Stored data: Begin

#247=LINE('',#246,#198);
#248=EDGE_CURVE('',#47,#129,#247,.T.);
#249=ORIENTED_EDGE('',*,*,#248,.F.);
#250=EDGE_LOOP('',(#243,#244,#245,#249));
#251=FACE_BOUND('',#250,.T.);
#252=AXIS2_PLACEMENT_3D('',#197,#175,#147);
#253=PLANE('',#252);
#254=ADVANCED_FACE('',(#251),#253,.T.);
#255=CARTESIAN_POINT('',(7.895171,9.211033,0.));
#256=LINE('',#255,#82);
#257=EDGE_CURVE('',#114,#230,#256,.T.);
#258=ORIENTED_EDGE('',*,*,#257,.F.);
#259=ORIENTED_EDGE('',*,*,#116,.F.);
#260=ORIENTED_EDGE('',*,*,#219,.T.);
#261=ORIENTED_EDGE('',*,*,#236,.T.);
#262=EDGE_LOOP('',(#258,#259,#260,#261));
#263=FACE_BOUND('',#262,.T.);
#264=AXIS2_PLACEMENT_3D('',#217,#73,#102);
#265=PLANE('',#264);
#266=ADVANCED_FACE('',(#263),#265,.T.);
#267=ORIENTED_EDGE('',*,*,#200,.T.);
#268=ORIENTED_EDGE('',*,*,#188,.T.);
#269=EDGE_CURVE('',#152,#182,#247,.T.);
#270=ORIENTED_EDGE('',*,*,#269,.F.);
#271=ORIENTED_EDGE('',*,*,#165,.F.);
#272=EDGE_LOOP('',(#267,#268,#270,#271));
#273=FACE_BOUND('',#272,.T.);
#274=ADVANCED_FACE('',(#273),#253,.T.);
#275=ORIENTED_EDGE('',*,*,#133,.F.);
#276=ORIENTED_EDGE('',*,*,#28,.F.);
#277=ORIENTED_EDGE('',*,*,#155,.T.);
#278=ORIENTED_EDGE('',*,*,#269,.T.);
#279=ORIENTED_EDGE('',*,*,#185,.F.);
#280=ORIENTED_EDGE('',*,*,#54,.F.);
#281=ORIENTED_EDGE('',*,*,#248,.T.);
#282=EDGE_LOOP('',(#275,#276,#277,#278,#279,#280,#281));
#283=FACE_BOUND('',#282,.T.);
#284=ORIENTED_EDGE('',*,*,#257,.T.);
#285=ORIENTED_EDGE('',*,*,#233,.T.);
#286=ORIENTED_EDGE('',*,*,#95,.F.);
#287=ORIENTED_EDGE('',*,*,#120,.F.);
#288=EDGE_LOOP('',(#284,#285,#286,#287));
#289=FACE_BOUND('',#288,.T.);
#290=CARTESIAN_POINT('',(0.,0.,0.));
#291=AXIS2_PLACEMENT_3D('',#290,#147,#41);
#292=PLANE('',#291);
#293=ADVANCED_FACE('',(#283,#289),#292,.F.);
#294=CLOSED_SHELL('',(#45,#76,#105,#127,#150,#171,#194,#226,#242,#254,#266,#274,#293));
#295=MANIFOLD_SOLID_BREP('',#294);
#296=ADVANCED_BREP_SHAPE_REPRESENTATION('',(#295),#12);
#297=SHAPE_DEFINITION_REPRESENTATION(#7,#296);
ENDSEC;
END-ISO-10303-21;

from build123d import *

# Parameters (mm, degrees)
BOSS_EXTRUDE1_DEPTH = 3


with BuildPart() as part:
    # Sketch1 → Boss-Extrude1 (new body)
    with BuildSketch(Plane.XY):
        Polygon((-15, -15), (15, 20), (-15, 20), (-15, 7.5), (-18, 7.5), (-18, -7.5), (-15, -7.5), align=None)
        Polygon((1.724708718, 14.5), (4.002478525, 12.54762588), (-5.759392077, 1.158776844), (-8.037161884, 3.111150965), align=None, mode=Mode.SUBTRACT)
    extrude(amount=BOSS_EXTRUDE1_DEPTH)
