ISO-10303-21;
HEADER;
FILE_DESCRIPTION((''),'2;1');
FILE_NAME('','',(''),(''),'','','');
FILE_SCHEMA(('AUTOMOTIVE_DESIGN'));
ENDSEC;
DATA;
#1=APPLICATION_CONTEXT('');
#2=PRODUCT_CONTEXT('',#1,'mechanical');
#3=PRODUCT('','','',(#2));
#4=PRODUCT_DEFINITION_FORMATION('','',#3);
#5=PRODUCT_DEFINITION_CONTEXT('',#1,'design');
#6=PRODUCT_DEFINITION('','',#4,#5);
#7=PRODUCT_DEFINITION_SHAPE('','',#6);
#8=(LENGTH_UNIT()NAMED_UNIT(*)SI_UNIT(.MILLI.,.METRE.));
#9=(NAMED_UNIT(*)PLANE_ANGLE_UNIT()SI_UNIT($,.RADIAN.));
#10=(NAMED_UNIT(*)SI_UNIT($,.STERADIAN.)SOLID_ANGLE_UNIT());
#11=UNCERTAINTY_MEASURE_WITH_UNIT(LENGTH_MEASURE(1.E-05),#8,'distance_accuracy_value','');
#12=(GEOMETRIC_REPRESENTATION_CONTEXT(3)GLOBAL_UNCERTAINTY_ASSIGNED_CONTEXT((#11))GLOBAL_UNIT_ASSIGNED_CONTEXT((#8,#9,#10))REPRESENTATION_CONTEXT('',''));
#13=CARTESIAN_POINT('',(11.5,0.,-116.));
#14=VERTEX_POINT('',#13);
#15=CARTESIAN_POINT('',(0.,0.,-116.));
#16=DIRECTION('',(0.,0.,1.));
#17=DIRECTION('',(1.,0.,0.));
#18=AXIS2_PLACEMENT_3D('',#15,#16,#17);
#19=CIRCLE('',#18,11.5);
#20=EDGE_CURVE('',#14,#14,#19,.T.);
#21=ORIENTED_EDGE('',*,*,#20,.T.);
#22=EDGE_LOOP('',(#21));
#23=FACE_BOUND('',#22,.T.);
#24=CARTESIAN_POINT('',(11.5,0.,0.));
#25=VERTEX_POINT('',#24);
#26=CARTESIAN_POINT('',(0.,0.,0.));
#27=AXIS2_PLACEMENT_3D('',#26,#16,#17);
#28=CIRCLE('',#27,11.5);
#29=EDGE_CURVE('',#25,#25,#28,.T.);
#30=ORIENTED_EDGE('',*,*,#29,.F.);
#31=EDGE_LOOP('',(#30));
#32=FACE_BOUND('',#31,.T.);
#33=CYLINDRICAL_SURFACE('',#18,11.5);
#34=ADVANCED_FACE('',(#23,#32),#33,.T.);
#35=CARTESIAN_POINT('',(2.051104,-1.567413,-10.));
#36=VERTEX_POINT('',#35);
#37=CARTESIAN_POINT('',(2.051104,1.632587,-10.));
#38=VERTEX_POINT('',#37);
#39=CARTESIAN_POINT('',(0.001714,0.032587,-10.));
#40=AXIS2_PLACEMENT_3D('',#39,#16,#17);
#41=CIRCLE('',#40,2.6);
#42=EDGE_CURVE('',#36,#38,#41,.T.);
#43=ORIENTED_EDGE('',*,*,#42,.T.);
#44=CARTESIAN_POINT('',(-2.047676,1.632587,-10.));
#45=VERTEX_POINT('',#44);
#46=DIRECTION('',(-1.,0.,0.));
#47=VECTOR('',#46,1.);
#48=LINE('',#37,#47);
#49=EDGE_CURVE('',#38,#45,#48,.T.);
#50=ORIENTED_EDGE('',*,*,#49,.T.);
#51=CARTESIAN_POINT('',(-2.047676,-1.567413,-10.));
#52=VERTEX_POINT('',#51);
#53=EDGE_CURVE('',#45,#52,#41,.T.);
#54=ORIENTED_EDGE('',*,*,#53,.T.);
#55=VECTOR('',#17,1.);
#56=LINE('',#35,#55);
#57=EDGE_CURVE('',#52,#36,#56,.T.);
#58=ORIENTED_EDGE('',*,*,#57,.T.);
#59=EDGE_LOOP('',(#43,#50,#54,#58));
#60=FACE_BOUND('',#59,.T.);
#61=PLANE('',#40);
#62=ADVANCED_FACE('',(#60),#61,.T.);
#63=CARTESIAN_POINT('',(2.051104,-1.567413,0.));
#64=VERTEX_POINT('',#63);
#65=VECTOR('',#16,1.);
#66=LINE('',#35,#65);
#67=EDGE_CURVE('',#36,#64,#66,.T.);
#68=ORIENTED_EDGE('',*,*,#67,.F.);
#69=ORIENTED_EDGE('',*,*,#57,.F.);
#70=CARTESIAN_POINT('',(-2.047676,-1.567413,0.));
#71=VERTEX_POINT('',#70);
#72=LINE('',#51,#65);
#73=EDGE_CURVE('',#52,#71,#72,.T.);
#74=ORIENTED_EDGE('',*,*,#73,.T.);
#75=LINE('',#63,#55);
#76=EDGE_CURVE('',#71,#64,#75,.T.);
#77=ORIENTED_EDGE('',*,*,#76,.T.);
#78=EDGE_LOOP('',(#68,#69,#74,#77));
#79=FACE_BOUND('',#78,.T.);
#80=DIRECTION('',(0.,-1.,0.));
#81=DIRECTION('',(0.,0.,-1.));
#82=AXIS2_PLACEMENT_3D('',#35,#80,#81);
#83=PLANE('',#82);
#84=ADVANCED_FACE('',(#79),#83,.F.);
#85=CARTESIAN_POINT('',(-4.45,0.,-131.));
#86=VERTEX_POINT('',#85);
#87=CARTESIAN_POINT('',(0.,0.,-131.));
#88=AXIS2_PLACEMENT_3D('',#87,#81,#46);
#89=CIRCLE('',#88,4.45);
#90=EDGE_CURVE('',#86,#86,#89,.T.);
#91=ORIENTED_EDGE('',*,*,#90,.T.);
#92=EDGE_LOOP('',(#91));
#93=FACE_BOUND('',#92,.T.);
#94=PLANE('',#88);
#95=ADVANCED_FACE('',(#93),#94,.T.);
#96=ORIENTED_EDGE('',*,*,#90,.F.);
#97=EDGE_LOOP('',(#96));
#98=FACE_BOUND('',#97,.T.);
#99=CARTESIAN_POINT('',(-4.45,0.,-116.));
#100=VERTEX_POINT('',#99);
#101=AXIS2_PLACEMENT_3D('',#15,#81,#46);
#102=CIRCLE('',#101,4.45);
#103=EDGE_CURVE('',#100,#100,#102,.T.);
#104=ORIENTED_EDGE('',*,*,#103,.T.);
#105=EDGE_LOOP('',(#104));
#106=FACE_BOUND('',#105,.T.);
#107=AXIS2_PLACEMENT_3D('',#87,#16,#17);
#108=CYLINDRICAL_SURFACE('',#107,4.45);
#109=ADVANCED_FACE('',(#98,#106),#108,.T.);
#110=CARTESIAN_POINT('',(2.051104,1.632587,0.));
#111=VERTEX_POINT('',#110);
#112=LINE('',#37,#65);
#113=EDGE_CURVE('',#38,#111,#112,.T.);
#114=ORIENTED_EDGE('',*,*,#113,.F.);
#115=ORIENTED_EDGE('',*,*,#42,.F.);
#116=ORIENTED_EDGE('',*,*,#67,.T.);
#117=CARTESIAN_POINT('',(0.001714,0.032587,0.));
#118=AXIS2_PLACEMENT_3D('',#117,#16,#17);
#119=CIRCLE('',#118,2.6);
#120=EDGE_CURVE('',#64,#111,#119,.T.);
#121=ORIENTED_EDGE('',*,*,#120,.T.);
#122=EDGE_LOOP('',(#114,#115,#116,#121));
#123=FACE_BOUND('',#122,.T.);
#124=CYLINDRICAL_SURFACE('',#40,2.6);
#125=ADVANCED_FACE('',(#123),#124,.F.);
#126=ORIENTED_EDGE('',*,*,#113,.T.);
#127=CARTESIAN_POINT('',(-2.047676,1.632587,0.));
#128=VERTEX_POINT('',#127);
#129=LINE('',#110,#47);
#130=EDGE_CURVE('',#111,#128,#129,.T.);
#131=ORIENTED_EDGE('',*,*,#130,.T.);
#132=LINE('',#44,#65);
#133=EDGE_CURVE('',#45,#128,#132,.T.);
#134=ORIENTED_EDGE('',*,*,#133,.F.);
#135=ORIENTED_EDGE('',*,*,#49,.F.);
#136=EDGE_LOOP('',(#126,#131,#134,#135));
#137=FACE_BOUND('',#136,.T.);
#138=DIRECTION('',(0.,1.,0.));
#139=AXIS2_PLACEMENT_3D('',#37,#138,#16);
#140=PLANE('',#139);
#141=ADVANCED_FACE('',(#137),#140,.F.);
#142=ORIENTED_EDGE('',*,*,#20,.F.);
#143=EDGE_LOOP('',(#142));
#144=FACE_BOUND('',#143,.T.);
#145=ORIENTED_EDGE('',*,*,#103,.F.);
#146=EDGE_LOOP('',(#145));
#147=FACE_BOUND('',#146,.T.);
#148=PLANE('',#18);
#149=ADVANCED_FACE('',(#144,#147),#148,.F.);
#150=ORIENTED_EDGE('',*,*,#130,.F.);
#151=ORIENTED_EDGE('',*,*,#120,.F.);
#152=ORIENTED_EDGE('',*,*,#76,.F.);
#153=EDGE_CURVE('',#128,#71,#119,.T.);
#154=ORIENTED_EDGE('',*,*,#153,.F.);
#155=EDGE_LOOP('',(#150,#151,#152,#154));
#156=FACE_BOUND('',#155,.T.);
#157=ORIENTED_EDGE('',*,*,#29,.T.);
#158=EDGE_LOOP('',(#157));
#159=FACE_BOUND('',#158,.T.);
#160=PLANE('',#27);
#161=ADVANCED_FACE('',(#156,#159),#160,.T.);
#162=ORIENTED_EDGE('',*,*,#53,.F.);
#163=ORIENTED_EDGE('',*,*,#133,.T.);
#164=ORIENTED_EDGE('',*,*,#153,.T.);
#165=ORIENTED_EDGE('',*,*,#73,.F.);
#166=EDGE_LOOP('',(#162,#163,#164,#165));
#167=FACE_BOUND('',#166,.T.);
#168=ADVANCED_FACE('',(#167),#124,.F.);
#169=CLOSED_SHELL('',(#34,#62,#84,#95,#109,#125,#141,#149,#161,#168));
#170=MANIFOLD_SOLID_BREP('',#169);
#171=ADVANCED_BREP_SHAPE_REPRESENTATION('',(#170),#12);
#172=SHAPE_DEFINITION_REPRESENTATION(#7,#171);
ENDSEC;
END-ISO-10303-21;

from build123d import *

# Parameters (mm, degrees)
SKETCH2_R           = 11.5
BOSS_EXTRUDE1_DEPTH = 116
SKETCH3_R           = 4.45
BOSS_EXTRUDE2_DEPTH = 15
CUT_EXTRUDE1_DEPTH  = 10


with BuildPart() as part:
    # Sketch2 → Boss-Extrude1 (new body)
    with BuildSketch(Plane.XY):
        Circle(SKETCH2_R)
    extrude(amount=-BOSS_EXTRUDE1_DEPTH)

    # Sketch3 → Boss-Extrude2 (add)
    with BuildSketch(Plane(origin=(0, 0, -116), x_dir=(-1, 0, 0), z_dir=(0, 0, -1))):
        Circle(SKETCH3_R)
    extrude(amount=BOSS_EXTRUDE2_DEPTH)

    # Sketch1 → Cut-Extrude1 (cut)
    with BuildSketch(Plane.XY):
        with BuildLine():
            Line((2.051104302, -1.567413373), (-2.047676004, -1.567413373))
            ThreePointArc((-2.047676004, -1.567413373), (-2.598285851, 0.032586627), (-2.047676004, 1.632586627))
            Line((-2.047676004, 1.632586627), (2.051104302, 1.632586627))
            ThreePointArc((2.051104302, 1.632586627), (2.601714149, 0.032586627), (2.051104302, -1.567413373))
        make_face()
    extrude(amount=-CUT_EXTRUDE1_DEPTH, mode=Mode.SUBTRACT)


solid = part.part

Stored data: End
Stored data: Begin

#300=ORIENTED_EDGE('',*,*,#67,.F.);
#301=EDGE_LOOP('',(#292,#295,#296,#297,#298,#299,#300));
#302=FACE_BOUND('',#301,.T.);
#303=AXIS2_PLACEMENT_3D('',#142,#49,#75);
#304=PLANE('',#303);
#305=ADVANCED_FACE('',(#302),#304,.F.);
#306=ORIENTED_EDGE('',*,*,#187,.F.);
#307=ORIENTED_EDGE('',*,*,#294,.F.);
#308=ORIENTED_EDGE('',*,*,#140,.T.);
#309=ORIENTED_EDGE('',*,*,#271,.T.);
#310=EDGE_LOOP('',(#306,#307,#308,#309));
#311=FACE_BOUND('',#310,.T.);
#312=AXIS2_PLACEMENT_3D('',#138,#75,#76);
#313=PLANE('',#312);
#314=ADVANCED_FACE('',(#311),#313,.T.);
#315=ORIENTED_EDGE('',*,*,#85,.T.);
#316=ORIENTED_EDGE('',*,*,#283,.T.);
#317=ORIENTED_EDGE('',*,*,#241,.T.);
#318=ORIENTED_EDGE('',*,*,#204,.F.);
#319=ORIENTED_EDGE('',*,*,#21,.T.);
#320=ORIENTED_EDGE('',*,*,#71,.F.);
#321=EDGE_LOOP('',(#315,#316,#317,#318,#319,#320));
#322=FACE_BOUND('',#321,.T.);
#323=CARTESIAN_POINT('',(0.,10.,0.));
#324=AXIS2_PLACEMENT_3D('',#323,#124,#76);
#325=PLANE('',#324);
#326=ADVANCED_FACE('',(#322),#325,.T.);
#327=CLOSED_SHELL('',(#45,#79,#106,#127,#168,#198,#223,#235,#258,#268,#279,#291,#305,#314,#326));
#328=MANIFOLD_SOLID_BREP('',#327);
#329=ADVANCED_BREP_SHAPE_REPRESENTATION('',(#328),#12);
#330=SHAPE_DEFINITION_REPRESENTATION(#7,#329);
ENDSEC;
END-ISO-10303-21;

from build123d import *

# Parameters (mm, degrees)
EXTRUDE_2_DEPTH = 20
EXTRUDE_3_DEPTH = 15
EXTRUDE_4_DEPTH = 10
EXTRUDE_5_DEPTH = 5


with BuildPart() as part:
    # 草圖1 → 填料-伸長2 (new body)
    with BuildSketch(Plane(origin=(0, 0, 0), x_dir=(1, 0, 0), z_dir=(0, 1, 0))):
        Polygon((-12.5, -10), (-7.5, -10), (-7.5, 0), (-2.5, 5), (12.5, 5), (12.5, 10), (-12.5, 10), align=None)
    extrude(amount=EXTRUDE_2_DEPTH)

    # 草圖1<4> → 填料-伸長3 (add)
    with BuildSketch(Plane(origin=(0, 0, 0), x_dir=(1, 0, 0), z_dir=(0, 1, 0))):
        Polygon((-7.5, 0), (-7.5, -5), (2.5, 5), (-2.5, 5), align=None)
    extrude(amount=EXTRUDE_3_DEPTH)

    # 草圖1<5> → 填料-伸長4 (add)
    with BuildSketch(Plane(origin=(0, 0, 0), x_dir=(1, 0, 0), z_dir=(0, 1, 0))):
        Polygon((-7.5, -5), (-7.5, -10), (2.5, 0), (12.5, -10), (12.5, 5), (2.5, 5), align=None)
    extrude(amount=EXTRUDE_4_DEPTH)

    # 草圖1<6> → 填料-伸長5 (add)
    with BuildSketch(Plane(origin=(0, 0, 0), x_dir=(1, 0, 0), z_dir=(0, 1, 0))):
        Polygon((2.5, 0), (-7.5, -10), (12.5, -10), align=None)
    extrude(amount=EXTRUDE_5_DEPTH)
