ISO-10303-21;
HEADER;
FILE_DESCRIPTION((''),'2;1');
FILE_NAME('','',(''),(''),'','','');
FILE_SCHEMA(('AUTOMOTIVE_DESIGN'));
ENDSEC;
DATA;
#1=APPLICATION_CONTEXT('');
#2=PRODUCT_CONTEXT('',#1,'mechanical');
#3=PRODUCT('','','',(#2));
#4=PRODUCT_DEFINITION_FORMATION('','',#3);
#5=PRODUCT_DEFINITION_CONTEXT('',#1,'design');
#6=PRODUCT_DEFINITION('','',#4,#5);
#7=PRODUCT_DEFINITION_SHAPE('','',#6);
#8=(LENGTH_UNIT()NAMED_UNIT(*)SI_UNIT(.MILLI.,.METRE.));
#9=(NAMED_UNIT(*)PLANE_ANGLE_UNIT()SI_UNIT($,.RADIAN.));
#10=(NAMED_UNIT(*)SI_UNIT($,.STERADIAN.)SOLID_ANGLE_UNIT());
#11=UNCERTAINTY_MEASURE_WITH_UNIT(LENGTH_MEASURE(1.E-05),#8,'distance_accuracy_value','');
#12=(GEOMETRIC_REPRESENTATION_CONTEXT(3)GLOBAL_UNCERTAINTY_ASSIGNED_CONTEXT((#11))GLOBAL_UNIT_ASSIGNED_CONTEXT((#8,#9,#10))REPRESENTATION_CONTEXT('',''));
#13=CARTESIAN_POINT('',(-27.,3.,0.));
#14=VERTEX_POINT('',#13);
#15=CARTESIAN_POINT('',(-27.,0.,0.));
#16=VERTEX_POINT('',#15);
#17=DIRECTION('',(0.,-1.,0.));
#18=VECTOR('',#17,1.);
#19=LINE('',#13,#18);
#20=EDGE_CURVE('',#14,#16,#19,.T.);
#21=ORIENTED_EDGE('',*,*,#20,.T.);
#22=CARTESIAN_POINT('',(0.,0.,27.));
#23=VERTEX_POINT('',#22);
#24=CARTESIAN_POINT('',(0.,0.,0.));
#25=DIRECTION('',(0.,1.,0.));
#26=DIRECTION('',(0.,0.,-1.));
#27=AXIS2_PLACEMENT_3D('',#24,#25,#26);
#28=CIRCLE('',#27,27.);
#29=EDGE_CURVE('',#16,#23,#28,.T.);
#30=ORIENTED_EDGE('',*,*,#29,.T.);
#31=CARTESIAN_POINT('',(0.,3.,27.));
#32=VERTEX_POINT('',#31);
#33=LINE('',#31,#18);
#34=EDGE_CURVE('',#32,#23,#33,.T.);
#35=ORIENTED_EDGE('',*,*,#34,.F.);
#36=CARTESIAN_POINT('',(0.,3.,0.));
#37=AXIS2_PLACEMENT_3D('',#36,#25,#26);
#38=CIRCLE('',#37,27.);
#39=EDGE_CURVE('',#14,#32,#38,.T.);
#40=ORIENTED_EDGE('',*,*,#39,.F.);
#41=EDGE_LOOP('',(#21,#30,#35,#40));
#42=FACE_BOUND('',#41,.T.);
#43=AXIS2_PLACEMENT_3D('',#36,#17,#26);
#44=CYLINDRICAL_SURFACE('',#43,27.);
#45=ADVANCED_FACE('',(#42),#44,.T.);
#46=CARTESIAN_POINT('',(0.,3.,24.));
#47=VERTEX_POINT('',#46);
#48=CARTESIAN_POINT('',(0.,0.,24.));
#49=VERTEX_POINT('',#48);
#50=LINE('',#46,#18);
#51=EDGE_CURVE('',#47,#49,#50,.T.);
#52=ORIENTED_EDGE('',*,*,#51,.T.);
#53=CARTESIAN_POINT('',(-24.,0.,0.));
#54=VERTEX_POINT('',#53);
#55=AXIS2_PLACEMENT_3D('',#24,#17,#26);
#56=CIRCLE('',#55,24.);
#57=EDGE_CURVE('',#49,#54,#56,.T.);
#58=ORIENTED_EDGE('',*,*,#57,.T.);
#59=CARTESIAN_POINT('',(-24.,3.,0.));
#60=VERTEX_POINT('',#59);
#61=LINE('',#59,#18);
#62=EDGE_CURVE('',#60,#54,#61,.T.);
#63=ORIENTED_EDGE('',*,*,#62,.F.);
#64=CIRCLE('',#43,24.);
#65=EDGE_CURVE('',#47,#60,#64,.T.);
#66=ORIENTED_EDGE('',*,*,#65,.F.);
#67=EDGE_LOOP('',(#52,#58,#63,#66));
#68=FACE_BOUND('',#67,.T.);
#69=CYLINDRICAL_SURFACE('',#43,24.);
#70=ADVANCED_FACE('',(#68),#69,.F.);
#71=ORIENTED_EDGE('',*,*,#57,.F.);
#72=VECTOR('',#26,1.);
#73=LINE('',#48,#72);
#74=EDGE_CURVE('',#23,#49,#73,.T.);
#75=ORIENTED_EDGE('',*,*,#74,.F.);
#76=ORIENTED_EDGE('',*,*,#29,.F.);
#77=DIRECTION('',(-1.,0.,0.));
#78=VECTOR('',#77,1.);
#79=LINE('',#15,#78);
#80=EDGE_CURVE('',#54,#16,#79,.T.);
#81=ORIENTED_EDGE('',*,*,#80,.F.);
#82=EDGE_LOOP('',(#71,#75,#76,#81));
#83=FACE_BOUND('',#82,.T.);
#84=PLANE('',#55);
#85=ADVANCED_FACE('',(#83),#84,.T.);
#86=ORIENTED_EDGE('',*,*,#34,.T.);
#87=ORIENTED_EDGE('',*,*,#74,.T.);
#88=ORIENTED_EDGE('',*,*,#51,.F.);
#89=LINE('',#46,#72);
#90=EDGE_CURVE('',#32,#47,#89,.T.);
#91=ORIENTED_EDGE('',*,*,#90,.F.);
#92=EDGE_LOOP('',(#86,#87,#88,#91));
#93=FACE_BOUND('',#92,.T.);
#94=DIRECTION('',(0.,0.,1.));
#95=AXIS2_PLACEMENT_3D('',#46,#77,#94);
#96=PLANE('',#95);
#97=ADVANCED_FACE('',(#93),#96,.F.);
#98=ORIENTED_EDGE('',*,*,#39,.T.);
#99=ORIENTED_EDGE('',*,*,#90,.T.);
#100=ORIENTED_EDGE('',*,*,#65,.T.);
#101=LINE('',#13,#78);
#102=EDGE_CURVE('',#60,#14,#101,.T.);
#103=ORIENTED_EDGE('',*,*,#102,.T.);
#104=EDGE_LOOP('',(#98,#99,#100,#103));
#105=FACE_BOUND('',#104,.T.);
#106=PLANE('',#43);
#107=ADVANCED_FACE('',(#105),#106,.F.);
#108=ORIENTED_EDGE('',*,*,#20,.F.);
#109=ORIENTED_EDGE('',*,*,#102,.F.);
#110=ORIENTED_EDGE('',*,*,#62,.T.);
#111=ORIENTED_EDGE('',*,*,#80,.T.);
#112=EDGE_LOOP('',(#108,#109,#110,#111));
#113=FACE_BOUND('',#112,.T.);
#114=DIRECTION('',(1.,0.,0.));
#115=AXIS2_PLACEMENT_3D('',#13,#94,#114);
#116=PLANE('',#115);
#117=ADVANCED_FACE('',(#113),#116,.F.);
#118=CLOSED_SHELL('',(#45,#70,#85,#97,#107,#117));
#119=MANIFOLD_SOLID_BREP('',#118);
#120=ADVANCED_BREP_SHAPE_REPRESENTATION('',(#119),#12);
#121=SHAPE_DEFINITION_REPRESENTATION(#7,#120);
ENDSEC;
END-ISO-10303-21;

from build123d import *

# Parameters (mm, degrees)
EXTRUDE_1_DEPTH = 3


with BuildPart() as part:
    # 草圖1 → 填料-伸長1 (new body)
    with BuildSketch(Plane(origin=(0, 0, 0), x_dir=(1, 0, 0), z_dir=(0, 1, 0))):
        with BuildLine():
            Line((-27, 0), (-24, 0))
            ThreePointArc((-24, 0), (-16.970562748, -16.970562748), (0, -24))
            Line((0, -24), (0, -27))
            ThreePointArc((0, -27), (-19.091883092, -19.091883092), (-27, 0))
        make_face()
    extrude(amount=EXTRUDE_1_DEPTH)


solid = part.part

Stored data: End

## [Task statement]
Copy the lines above exactly, beginning at the line that has "#261=ORIENTED_EDGE('',*,*,#236,.T.);" and stopping after the line that has "#284=ORIENTED_EDGE('',*,*,#257,.T.);", and omit the rest.

## [Solution to this exercise]
#261=ORIENTED_EDGE('',*,*,#236,.T.);
#262=EDGE_LOOP('',(#258,#259,#260,#261));
#263=FACE_BOUND('',#262,.T.);
#264=AXIS2_PLACEMENT_3D('',#217,#73,#102);
#265=PLANE('',#264);
#266=ADVANCED_FACE('',(#263),#265,.T.);
#267=ORIENTED_EDGE('',*,*,#200,.T.);
#268=ORIENTED_EDGE('',*,*,#188,.T.);
#269=EDGE_CURVE('',#152,#182,#247,.T.);
#270=ORIENTED_EDGE('',*,*,#269,.F.);
#271=ORIENTED_EDGE('',*,*,#165,.F.);
#272=EDGE_LOOP('',(#267,#268,#270,#271));
#273=FACE_BOUND('',#272,.T.);
#274=ADVANCED_FACE('',(#273),#253,.T.);
#275=ORIENTED_EDGE('',*,*,#133,.F.);
#276=ORIENTED_EDGE('',*,*,#28,.F.);
#277=ORIENTED_EDGE('',*,*,#155,.T.);
#278=ORIENTED_EDGE('',*,*,#269,.T.);
#279=ORIENTED_EDGE('',*,*,#185,.F.);
#280=ORIENTED_EDGE('',*,*,#54,.F.);
#281=ORIENTED_EDGE('',*,*,#248,.T.);
#282=EDGE_LOOP('',(#275,#276,#277,#278,#279,#280,#281));
#283=FACE_BOUND('',#282,.T.);
#284=ORIENTED_EDGE('',*,*,#257,.T.);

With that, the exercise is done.